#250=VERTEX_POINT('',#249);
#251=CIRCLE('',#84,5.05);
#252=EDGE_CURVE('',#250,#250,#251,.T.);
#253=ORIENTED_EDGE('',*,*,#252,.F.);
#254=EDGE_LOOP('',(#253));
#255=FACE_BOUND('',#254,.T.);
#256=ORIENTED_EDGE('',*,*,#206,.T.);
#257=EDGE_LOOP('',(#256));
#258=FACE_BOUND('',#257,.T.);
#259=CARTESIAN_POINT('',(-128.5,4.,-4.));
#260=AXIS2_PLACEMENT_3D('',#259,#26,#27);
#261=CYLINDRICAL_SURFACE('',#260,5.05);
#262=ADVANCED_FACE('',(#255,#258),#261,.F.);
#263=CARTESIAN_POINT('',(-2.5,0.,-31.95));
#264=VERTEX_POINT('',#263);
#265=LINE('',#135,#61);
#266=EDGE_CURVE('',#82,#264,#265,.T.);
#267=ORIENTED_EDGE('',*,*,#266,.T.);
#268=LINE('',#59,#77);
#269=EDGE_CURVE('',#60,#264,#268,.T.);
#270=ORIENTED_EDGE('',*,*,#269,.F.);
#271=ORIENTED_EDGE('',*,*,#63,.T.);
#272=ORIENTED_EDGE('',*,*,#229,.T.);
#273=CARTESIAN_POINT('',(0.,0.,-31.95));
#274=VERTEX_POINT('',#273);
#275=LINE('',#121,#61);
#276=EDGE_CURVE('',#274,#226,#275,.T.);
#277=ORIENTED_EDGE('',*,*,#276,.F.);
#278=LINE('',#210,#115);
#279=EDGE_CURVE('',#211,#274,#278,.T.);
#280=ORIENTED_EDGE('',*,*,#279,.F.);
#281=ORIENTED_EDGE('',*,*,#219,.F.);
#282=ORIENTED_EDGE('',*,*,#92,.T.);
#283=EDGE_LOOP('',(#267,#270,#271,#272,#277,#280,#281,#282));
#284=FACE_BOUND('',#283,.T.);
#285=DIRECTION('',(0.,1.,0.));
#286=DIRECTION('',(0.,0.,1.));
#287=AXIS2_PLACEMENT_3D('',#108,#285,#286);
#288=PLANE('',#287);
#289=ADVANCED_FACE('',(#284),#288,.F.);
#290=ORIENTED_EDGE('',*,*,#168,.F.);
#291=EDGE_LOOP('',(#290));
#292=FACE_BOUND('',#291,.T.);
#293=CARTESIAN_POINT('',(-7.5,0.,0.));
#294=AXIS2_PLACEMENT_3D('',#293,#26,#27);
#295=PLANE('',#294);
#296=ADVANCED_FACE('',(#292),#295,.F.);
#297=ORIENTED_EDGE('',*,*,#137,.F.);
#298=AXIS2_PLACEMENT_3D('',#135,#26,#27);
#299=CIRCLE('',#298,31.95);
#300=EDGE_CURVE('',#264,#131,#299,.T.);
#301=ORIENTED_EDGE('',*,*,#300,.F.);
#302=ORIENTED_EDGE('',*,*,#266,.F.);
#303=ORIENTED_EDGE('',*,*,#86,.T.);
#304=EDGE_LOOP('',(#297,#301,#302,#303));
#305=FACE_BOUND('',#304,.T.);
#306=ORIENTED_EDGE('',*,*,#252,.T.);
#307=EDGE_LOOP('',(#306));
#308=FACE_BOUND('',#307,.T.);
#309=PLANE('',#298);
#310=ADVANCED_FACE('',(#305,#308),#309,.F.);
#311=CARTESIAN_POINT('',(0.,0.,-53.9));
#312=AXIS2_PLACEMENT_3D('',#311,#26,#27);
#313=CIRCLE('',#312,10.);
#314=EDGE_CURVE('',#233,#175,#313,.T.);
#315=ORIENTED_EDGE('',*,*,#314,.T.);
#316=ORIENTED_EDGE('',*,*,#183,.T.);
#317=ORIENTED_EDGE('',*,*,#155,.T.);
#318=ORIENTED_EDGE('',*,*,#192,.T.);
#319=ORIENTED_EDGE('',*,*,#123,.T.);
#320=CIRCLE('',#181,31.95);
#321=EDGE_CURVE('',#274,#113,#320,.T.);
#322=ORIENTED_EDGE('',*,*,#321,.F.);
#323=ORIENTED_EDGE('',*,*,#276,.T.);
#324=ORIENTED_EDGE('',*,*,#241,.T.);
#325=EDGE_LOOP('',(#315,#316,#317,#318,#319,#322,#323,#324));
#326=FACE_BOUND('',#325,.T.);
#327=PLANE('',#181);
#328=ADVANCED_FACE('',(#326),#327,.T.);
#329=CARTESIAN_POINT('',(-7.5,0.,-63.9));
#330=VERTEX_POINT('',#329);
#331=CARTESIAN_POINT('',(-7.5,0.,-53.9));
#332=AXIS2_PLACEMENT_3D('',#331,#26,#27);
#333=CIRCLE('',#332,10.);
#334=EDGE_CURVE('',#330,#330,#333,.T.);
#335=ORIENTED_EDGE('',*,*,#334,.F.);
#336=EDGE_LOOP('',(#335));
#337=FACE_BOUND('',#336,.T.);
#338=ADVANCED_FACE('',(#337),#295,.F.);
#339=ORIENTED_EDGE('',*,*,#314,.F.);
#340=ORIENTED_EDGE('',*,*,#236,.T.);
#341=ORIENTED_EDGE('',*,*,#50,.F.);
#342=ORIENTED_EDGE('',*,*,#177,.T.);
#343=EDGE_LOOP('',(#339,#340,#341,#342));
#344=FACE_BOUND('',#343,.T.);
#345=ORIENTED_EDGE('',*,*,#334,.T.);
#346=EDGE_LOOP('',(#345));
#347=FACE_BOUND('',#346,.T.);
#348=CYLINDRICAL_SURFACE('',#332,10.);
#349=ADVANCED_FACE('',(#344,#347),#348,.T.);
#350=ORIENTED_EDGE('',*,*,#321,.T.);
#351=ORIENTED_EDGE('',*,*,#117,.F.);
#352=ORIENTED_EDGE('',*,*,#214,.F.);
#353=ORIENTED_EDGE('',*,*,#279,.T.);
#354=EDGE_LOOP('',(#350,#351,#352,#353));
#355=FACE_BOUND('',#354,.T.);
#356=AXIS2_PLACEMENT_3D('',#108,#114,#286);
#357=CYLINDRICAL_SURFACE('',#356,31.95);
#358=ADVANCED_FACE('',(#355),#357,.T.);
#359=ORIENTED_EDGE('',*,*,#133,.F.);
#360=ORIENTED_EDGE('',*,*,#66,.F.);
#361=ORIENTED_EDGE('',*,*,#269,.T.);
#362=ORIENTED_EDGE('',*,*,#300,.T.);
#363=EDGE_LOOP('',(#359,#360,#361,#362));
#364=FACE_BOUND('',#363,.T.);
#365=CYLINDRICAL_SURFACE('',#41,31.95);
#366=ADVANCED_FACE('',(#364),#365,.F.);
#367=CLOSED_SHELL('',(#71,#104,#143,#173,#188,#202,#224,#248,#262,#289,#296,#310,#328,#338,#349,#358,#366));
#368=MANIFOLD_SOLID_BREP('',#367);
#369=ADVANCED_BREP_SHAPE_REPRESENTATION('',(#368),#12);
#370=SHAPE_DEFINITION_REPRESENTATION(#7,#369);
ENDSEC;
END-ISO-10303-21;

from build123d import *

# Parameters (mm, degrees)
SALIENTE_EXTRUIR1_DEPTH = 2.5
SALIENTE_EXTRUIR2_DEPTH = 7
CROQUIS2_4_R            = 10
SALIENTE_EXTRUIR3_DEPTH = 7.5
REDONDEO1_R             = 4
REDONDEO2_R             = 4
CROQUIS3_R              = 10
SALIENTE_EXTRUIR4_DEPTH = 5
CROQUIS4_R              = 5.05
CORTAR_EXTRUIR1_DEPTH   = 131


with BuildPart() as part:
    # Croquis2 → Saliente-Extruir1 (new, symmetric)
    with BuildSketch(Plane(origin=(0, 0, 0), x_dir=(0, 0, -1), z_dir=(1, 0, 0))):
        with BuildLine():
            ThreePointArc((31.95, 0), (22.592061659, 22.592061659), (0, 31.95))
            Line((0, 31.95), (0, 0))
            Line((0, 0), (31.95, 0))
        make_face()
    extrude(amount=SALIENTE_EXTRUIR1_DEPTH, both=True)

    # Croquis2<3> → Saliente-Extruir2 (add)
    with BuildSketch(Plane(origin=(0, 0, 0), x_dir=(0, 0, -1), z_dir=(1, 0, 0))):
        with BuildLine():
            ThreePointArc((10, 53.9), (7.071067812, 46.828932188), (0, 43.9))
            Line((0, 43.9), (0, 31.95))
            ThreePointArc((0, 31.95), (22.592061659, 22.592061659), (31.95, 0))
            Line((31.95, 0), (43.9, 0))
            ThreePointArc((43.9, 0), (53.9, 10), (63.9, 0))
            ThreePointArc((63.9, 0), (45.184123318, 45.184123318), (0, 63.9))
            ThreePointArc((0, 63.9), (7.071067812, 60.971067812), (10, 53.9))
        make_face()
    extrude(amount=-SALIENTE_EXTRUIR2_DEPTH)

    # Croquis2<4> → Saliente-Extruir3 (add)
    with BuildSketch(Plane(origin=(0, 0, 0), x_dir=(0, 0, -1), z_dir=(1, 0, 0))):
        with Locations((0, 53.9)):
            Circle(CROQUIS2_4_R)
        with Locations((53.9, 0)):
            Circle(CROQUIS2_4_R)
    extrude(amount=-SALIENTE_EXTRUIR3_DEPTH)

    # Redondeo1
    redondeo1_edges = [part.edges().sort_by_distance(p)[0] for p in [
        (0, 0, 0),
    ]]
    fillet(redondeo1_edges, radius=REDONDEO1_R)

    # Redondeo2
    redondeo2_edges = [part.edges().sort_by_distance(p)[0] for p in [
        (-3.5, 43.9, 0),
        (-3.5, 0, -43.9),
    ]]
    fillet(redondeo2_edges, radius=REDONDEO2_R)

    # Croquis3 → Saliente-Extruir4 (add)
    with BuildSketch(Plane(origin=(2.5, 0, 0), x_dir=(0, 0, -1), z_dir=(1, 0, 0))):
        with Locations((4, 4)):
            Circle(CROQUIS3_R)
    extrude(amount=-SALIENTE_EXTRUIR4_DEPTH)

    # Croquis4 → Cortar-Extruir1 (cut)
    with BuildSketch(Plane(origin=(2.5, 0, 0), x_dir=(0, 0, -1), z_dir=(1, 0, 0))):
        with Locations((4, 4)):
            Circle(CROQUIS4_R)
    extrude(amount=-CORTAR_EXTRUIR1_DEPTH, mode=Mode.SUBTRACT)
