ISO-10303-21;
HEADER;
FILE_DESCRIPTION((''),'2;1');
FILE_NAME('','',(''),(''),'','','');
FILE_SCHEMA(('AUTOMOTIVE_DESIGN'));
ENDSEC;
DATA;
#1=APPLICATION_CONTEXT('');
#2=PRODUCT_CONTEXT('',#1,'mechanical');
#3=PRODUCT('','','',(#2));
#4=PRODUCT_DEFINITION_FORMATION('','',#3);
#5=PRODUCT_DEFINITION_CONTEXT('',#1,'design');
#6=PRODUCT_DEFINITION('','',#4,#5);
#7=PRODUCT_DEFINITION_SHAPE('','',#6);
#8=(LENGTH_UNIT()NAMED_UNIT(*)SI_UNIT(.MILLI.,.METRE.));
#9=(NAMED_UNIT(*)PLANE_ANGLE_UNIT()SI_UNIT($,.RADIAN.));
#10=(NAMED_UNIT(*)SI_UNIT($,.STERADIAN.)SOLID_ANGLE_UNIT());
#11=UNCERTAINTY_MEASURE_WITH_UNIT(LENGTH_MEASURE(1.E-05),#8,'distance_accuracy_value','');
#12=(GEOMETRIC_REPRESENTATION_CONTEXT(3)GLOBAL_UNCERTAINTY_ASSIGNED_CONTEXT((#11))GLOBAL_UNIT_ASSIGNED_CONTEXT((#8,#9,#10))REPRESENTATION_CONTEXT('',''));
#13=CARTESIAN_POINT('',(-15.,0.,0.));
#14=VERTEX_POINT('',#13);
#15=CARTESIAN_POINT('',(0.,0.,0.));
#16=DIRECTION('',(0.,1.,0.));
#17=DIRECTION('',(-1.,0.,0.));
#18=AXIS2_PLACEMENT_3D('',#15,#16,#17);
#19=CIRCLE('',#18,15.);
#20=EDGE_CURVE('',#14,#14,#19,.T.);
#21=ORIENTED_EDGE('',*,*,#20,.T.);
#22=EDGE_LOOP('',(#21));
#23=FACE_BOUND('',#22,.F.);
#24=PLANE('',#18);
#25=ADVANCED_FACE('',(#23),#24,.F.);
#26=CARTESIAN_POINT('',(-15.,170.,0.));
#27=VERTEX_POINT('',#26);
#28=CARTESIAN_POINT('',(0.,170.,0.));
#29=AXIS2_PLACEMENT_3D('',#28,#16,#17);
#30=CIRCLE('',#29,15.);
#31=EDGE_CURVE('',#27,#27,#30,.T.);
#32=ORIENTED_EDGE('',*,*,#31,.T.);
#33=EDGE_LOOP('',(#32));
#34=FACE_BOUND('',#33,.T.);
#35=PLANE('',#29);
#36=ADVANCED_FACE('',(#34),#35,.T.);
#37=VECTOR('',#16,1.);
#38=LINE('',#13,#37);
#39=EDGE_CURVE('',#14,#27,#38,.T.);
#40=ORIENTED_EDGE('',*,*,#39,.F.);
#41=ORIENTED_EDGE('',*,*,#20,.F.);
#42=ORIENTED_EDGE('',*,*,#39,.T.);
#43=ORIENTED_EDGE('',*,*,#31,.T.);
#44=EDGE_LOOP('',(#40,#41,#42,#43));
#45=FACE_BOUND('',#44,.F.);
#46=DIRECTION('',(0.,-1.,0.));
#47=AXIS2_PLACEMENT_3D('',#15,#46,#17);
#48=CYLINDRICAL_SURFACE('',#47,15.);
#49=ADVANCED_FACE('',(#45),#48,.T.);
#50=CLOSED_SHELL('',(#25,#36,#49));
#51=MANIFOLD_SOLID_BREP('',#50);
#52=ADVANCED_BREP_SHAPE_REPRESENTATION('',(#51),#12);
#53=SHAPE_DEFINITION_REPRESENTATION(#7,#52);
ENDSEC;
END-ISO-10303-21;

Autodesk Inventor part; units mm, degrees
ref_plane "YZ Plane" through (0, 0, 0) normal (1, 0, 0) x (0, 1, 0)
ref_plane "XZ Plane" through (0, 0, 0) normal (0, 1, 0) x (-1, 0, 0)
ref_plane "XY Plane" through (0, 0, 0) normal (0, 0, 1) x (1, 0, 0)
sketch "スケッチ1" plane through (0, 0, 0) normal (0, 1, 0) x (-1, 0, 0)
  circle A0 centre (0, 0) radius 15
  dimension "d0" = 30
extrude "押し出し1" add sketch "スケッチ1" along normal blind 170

--

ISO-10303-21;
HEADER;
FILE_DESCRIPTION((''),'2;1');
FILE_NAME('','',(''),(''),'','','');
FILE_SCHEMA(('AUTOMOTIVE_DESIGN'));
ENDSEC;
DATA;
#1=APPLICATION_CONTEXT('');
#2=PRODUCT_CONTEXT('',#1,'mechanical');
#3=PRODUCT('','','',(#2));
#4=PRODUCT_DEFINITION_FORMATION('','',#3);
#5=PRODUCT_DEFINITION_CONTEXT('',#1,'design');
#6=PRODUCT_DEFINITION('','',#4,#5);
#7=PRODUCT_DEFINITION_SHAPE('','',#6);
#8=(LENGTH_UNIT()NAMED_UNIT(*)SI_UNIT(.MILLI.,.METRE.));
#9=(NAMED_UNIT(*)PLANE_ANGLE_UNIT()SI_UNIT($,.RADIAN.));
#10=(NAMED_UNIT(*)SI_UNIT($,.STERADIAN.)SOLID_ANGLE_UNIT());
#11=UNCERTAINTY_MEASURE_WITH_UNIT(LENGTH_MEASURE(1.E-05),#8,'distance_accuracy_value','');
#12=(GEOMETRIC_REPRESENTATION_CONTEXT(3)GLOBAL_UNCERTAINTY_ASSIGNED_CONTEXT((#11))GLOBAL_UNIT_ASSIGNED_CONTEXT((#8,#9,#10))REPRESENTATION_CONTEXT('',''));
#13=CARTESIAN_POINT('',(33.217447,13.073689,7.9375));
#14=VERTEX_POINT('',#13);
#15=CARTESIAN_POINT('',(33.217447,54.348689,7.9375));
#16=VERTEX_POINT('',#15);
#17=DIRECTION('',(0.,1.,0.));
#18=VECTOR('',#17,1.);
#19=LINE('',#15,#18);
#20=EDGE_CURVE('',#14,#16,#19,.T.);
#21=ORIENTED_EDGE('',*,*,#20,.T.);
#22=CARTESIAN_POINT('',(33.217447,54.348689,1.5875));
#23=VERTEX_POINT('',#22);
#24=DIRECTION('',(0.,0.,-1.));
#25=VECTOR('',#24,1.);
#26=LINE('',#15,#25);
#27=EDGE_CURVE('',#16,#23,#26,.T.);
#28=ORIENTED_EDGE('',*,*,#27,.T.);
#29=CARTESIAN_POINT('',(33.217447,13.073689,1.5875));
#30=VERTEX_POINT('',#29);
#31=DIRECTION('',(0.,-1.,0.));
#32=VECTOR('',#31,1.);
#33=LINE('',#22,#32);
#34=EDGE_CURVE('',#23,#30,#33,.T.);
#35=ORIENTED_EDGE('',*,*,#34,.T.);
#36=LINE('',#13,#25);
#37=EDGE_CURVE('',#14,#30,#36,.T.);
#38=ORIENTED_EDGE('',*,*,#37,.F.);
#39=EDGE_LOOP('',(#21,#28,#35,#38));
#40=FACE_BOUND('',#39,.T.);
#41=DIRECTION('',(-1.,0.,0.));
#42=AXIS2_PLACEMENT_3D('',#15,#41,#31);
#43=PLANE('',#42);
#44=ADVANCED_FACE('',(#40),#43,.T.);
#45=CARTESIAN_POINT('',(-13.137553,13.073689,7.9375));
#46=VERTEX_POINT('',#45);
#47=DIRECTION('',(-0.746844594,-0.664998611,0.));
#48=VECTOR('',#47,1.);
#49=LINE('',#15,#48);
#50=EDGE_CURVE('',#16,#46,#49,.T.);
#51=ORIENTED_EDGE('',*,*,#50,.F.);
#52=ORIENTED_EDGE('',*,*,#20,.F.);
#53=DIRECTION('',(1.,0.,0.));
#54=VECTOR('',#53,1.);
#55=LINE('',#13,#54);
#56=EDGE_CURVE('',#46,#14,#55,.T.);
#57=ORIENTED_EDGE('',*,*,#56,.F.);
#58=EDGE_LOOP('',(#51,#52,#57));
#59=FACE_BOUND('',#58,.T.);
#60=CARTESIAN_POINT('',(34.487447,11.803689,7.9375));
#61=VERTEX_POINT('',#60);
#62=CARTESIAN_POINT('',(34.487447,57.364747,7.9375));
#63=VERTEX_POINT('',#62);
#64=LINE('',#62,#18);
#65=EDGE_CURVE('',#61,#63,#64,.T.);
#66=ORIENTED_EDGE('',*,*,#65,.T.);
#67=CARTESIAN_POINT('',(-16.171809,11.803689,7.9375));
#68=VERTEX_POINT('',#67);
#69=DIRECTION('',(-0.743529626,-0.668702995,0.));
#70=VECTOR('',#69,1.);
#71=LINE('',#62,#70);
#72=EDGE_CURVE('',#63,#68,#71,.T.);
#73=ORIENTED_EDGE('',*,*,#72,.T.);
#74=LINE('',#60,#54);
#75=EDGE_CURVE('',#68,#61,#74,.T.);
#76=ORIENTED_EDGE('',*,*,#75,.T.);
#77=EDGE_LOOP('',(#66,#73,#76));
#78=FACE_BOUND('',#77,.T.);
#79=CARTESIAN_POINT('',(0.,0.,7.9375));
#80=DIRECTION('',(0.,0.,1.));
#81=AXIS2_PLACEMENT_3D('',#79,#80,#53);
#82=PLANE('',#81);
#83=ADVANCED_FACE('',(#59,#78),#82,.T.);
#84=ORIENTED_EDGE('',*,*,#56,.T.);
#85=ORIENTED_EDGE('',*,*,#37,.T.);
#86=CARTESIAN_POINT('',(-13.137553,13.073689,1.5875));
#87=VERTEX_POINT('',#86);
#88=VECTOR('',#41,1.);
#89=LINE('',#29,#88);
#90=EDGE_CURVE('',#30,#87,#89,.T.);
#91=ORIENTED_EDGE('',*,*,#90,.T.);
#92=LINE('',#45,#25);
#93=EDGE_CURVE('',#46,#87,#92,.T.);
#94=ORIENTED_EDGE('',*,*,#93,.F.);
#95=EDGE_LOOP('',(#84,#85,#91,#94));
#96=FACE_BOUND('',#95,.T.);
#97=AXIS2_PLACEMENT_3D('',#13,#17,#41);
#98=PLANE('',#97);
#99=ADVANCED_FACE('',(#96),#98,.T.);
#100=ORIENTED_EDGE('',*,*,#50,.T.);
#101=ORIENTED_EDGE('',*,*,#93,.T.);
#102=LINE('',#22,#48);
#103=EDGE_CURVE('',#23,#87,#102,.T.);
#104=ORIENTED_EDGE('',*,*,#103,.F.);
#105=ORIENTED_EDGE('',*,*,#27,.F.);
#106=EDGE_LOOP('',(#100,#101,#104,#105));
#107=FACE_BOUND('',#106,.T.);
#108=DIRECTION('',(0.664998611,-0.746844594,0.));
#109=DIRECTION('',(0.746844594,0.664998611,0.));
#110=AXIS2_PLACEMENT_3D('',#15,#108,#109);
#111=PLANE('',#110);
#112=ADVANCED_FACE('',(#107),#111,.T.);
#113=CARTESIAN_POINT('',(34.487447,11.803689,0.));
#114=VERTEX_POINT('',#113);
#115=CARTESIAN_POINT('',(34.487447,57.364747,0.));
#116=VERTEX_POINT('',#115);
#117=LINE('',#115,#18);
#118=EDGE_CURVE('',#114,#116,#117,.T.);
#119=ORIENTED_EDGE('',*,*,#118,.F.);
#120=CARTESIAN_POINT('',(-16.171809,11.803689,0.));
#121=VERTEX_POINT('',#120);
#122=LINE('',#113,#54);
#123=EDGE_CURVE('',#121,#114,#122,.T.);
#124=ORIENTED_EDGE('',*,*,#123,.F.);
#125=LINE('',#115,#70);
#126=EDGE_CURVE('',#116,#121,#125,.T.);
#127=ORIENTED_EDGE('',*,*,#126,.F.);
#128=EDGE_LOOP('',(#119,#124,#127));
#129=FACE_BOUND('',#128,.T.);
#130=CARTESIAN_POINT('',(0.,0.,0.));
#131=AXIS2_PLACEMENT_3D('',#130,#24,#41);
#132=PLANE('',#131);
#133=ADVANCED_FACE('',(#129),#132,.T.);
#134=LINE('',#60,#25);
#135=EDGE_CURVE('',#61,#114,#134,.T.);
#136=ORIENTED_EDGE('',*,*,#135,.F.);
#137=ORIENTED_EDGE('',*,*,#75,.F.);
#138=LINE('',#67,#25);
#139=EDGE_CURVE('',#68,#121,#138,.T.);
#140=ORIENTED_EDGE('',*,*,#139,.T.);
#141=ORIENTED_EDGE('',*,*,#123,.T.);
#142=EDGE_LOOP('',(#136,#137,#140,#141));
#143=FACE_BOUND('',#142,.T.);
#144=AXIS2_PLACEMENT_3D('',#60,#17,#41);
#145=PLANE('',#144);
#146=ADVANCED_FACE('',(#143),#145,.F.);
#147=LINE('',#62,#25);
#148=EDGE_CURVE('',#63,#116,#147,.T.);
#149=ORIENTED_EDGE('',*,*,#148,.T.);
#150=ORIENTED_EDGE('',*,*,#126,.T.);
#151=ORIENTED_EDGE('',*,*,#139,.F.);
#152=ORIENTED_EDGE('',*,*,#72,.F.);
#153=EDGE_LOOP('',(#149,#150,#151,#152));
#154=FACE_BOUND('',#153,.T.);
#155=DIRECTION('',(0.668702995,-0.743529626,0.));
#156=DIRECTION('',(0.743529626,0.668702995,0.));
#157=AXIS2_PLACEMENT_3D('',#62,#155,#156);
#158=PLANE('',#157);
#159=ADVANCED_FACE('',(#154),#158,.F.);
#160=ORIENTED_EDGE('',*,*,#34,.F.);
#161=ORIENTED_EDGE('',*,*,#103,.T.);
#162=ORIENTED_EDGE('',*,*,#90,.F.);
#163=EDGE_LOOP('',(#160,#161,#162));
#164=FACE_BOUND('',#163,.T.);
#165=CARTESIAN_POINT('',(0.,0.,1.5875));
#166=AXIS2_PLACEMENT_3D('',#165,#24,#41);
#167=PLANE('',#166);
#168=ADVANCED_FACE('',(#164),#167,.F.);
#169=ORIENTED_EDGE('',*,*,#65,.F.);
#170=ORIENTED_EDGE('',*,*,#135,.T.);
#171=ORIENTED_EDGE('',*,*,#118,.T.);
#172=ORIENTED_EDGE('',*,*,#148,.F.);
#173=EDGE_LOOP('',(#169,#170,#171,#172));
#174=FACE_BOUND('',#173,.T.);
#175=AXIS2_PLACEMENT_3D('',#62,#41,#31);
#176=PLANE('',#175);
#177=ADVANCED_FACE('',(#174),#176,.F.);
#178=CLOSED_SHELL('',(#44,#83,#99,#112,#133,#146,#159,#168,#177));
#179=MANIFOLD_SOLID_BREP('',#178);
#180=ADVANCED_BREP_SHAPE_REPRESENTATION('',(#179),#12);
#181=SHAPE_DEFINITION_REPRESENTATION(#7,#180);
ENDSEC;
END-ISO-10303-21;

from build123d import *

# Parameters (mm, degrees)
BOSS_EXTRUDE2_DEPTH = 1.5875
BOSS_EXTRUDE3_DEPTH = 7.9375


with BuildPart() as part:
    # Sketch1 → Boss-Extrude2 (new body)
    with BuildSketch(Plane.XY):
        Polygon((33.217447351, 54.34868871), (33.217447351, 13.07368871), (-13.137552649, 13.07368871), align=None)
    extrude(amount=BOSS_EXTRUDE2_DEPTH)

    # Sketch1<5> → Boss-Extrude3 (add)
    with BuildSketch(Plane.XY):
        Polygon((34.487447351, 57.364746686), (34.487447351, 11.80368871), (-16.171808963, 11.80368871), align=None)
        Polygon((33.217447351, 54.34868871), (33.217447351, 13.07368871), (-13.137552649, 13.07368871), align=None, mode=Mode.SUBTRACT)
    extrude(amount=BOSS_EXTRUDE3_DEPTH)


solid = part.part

...

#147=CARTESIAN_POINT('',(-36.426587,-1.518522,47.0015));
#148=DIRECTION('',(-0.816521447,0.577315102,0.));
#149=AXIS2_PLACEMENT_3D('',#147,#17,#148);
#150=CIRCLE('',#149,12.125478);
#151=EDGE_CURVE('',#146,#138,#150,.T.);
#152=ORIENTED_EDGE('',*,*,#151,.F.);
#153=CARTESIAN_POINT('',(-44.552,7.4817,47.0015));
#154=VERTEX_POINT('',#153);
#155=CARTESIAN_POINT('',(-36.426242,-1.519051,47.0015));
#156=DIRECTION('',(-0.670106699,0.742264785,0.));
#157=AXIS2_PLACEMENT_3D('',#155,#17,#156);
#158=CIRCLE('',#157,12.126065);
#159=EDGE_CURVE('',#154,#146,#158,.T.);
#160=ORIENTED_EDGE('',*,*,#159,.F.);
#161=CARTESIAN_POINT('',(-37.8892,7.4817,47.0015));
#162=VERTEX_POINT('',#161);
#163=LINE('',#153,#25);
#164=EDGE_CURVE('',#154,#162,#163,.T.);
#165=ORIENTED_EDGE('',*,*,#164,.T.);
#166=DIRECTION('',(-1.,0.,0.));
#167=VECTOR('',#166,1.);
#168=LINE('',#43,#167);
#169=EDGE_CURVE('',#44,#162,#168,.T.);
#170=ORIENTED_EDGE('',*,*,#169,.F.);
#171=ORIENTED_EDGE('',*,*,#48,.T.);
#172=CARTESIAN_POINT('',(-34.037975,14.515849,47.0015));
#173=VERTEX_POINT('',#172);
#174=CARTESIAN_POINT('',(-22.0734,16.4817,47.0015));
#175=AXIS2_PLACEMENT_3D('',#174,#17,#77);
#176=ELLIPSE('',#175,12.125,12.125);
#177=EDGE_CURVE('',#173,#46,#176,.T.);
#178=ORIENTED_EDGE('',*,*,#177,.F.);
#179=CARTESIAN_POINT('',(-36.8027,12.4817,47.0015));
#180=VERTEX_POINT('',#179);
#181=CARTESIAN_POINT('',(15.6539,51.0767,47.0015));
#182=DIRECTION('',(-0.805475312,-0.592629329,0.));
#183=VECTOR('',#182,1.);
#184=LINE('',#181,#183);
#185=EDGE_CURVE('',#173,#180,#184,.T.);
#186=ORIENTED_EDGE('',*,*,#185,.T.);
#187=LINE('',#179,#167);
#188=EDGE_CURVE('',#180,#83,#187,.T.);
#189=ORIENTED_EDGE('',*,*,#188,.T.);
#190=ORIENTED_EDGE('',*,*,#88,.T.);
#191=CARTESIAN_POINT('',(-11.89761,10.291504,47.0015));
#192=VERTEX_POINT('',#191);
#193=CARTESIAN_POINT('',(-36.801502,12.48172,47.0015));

• **WHAT YOU WILL DO**:
In the entries above, find every line holding the word "Locations" and copy it out.

• **RESPONSE TO THIS EXERCISE**:
        with Locations((0, 53.9)):
        with Locations((53.9, 0)):
        with Locations((4, 4)):
        with Locations((4, 4)):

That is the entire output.